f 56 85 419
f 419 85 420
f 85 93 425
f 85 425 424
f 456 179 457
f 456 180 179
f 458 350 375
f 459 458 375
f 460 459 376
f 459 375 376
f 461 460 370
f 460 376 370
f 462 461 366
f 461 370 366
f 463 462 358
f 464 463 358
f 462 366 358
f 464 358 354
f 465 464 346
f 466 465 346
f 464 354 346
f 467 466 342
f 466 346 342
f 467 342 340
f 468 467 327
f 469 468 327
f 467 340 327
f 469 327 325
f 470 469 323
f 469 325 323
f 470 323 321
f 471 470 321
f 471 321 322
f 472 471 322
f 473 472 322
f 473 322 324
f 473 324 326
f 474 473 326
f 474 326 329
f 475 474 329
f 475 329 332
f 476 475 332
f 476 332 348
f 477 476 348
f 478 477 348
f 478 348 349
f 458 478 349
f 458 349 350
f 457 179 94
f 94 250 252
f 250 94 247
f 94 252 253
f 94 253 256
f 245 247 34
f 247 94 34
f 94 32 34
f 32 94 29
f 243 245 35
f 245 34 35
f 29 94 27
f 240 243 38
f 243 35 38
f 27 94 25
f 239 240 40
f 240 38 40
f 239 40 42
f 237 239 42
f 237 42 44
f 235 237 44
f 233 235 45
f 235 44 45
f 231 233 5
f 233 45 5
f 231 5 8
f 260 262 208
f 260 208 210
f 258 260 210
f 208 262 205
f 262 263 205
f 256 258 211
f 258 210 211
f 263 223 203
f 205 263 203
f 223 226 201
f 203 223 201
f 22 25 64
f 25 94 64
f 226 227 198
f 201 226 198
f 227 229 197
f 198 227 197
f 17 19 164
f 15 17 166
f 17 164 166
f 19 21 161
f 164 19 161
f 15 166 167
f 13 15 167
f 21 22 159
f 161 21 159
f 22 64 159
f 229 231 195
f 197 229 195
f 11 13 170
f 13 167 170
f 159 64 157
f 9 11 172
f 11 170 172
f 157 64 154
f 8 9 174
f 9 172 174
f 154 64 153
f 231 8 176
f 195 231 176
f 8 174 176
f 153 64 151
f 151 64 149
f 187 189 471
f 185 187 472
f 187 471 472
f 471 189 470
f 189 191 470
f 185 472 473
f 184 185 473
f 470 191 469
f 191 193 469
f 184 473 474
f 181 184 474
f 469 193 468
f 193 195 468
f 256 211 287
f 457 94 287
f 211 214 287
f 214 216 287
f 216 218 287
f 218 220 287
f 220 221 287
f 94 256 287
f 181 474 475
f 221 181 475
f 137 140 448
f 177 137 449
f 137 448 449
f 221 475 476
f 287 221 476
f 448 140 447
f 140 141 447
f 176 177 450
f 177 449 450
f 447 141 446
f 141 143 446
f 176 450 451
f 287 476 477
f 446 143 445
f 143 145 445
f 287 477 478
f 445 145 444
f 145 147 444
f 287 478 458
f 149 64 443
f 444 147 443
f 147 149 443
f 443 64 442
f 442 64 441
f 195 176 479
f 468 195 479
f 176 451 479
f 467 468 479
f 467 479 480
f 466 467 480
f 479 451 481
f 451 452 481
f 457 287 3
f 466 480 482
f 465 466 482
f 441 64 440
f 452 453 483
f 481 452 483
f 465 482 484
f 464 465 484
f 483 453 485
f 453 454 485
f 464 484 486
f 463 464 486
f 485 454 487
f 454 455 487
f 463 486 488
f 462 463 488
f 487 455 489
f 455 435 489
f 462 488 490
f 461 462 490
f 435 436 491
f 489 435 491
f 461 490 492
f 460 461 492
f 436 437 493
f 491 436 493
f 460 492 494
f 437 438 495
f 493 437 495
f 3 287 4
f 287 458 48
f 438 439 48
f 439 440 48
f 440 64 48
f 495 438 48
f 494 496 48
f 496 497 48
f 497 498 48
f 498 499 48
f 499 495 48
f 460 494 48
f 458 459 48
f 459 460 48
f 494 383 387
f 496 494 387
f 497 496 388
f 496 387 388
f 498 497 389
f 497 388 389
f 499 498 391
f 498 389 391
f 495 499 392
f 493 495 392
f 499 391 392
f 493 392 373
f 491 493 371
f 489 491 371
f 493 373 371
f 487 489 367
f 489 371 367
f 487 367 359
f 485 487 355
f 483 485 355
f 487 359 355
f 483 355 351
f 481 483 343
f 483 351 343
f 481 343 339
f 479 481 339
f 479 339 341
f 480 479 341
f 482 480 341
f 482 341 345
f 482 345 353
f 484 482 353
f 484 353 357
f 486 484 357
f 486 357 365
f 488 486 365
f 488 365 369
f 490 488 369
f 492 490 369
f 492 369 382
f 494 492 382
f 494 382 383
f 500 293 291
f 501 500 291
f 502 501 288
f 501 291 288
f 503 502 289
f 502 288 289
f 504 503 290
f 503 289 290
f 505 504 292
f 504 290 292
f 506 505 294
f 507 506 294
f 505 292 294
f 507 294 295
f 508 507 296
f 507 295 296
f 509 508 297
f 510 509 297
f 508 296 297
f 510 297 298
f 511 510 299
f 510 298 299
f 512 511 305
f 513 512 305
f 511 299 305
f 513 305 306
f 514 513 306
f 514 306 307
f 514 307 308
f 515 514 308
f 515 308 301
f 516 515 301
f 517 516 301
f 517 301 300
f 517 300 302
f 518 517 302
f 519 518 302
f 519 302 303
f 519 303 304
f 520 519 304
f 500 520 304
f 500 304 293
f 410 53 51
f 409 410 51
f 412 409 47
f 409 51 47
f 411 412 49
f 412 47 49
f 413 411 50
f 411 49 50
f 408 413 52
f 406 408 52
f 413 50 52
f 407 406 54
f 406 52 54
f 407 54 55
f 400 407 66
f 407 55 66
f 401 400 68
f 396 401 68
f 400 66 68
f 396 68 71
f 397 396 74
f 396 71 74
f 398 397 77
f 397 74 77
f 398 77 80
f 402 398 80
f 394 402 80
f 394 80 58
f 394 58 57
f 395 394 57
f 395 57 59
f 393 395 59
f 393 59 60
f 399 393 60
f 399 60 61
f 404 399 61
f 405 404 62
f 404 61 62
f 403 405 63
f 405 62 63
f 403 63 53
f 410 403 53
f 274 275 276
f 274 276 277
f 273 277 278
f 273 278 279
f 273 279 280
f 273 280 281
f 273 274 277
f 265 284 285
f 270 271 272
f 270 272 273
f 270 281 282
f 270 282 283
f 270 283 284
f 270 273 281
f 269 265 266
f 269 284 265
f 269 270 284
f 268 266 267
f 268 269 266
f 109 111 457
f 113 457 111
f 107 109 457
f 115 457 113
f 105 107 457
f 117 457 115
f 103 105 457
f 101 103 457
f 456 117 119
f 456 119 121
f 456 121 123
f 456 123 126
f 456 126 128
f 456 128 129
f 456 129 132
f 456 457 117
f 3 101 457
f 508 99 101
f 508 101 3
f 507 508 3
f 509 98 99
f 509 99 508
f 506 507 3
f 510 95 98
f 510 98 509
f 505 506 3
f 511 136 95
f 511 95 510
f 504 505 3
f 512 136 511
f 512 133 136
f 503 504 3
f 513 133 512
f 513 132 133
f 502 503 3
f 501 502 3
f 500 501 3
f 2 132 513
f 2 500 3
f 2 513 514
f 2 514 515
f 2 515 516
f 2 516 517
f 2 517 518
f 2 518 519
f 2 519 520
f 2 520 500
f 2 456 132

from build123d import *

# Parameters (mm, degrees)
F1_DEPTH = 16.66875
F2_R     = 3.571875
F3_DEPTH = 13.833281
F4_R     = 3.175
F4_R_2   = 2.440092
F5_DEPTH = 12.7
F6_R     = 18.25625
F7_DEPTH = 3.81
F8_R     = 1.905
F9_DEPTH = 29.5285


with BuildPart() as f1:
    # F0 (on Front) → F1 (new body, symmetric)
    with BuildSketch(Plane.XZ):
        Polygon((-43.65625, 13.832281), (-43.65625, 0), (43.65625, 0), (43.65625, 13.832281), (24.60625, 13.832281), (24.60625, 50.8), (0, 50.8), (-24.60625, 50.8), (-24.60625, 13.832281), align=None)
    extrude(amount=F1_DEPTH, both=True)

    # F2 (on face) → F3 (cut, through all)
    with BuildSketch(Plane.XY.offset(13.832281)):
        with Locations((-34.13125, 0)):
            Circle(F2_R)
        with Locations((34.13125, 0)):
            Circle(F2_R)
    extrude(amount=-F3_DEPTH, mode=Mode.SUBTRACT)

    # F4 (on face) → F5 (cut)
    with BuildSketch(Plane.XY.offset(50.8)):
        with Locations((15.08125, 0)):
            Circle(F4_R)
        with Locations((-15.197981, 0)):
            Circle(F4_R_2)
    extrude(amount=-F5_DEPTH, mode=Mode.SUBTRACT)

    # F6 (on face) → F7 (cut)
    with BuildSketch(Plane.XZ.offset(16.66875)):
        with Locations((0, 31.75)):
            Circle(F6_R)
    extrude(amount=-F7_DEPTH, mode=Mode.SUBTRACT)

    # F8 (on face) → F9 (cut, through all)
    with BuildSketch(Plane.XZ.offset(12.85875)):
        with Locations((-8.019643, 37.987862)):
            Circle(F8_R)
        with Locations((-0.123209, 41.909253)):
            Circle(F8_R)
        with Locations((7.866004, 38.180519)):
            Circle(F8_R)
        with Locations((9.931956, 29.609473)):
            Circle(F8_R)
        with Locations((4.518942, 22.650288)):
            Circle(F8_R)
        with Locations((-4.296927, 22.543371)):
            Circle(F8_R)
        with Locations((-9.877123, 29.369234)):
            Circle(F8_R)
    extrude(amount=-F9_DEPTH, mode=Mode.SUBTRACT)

* _INSTRUCTIONS TO FOLLOW_: Every line above that has the string "Plane" needs to be copied.

* _RESPONSE_:
    with BuildSketch(Plane.XZ):
    with BuildSketch(Plane.XY.offset(13.832281)):
    with BuildSketch(Plane.XY.offset(50.8)):
    with BuildSketch(Plane.XZ.offset(16.66875)):
    with BuildSketch(Plane.XZ.offset(12.85875)):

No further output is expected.